I dati personali possono, inoltre, circolare in seguito all’esercizio, da parte dell’interessato, del diritto alla portabilità dei dati, consistente nella facoltà di trasferire i propri dati da un titolare del trattamento all’altro (cfr. art. 20 GDPR).
L’effettività del diritto alla portabilità dei dati dipende, tuttavia, dall’interoperabilità del formato dei dati, che, nel contesto del GDPR, è soltanto incoraggiata, senza che siano previsti vincoli o doveri coercibili in capo ai titolari del trattamento (cfr. considerando n. 68).
Il diritto alla portabilità dei dati risulta rafforzato nell’ambito del recente Data Act, una proposta di Regolamento presentata dalla Commissione Europea lo scorso 23 febbraio, che intende disciplinare l’accesso e l’utilizzo dei dati generati dai dispositivi connessi (es. elettrodomestici smart, assistenti vocali, etc.) e dai servizi a questi correlati.
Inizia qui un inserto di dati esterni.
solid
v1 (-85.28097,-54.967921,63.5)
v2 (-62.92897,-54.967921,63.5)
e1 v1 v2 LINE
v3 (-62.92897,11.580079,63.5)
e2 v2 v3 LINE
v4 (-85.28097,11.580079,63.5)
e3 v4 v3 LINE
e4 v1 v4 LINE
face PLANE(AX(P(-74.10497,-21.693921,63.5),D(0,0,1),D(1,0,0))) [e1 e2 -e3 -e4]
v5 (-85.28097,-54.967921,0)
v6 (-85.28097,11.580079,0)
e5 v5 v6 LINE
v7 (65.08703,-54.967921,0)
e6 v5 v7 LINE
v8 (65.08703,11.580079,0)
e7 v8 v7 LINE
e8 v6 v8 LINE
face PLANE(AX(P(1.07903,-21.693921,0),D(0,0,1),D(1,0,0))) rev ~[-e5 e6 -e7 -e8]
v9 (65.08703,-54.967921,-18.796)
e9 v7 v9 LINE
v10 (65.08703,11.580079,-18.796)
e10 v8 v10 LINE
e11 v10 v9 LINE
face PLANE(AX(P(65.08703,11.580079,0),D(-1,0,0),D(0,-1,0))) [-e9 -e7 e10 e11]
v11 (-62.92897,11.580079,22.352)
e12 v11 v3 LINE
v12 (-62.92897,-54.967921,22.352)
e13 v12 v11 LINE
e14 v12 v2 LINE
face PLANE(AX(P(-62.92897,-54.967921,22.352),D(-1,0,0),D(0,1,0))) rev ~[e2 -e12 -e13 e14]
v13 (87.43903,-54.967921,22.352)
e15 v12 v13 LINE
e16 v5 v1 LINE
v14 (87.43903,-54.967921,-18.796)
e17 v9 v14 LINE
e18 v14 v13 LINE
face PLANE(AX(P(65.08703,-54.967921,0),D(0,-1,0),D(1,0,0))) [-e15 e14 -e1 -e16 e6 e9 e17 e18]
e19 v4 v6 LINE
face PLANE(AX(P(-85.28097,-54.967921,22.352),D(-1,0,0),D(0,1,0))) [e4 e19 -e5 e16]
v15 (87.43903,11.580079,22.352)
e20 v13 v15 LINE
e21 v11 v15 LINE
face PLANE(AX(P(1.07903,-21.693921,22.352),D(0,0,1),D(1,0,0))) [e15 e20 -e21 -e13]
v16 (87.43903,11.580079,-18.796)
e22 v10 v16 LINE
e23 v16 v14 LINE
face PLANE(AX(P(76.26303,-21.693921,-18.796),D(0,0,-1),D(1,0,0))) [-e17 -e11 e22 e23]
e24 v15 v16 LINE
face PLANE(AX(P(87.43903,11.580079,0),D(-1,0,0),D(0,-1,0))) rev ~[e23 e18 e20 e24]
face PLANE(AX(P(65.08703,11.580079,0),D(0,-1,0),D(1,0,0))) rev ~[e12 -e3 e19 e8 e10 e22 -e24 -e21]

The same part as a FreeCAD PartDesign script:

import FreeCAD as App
import Part
import Sketcher

V = App.Vector
Q = App.Units.Quantity


def add_polygon(sketch, points):
    """Adds a closed chain of lines whose ends are joined by coincident constraints."""
    first, n = sketch.GeometryCount, len(points)
    for a, b in zip(points, points[1:] + points[:1]):
        sketch.addGeometry(Part.LineSegment(App.Vector(*a, 0), App.Vector(*b, 0)), False)
    for i in range(n):
        sketch.addConstraint(Sketcher.Constraint("Coincident", first + i, 2, first + (i + 1) % n, 1))

doc = App.newDocument("Part")
params = doc.addObject("Spreadsheet::Sheet", "Params")
for row, (alias, value) in enumerate([
    ("sketch1_width", "6.8 in"),
    ("sketch1_height", "2.62 in"),
    ("pad1_length", "0.88 in"),
    ("sketch2_width", "0.88 in"),
    ("sketch2_height", "2.62 in"),
    ("pad2_length", "1.62 in"),
    ("sketch3_width", "0.88 in"),
    ("sketch3_height", "2.62 in"),
    ("pad3_length", "0.74 in"),
], start=1):
    params.set(f"A{row}", alias)
    params.set(f"B{row}", "=" + value)
    params.setAlias(f"B{row}", alias)

body = doc.addObject("PartDesign::Body", "Body")

sketch1 = body.newObject("Sketcher::SketchObject", "Sketch")
sketch1.AttachmentSupport = (doc.getObject("XY_Plane"), [""])
sketch1.MapMode = "FlatFace"
add_polygon(sketch1, [(-85, 12), (-85, -55), (87, -55), (87, 12)])
sketch1.addConstraint([
    Sketcher.Constraint("Vertical", 0),
    Sketcher.Constraint("Horizontal", 1),
    Sketcher.Constraint("Vertical", 2),
    Sketcher.Constraint("Horizontal", 3),
    Sketcher.Constraint("DistanceX", 1, 1, 1, 2, Q("6.8 in")),
    Sketcher.Constraint("DistanceY", 0, 2, 0, 1, Q("2.62 in")),
    Sketcher.Constraint("DistanceX", 0, 2, -1, 1, 85.28097),
    Sketcher.Constraint("DistanceY", 0, 2, -1, 1, 54.967921),
])
sketch1.setExpression("Constraints[8]", "Params.sketch1_width")
sketch1.setExpression("Constraints[9]", "Params.sketch1_height")
pad1 = body.newObject("PartDesign::Pad", "Pad")
pad1.Profile = sketch1
pad1.setExpression("Length", "Params.pad1_length")

sketch2 = body.newObject("Sketcher::SketchObject", "Sketch001")
sketch2.AttachmentSupport = (doc.getObject("XY_Plane"), [""])
sketch2.MapMode = "FlatFace"
sketch2.AttachmentOffset = App.Placement(V(0, 0, 0.88 * 25.4), App.Rotation())
add_polygon(sketch2, [(-85, 12), (-85, -55), (-63, -55), (-63, 12)])
sketch2.addConstraint([
    Sketcher.Constraint("Vertical", 0),
    Sketcher.Constraint("Horizontal", 1),
    Sketcher.Constraint("Vertical", 2),
    Sketcher.Constraint("Horizontal", 3),
    Sketcher.Constraint("DistanceX", 1, 1, 1, 2, Q("0.88 in")),
    Sketcher.Constraint("DistanceY", 0, 2, 0, 1, Q("2.62 in")),
    Sketcher.Constraint("DistanceX", 0, 2, -1, 1, 85.28097),
    Sketcher.Constraint("DistanceY", 0, 2, -1, 1, 54.967921),
])
sketch2.setExpression("Constraints[8]", "Params.sketch2_width")
sketch2.setExpression("Constraints[9]", "Params.sketch2_height")
pad2 = body.newObject("PartDesign::Pad", "Pad001")
pad2.Profile = sketch2
pad2.setExpression("Length", "Params.pad2_length")

sketch3 = body.newObject("Sketcher::SketchObject", "Sketch002")
sketch3.AttachmentSupport = (doc.getObject("XY_Plane"), [""])
sketch3.MapMode = "FlatFace"
add_polygon(sketch3, [(65, -55), (65, 12), (87, 12), (87, -55)])
sketch3.addConstraint([
    Sketcher.Constraint("Vertical", 0),
    Sketcher.Constraint("Horizontal", 1),
    Sketcher.Constraint("Vertical", 2),
    Sketcher.Constraint("Horizontal", 3),
    Sketcher.Constraint("DistanceX", 1, 1, 1, 2, Q("0.88 in")),
    Sketcher.Constraint("DistanceY", 0, 1, 0, 2, Q("2.62 in")),
    Sketcher.Constraint("DistanceX", -1, 1, 0, 2, 65.08703),
    Sketcher.Constraint("DistanceY", -1, 1, 0, 2, 11.580079),
])
sketch3.setExpression("Constraints[8]", "Params.sketch3_width")
sketch3.setExpression("Constraints[9]", "Params.sketch3_height")
pad3 = body.newObject("PartDesign::Pad", "Pad002")
pad3.Profile = sketch3
pad3.setExpression("Length", "Params.pad3_length")
pad3.Reversed = True

doc.recompute()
All’interno di questa nuova proposta di Regolamento, la portabilità viene, infatti, estesa anche ai dati non personali o che si riferiscono a persone giuridiche, e si prevede, inoltre, che l’utente possa richiedere che tali dati siano messi a disposizione dei soggetti terzi in maniera continuativa ed in tempo reale (cfr. art. 5). Tra i terzi beneficiari di un simile trasferimento di dati, non possono, però, figurare le piattaforme di grandi dimensioni (c.d. “gatekeeper”), in quanto il legislatore europeo ha ritenuto opportuno non consolidare ulteriormente la posizione di potere di cui già godono le Big Tech, per favorire, piuttosto, l’accesso a tali dati da parte di start-up e di PMI dei settori tradizionali (cfr. considerando n. 36).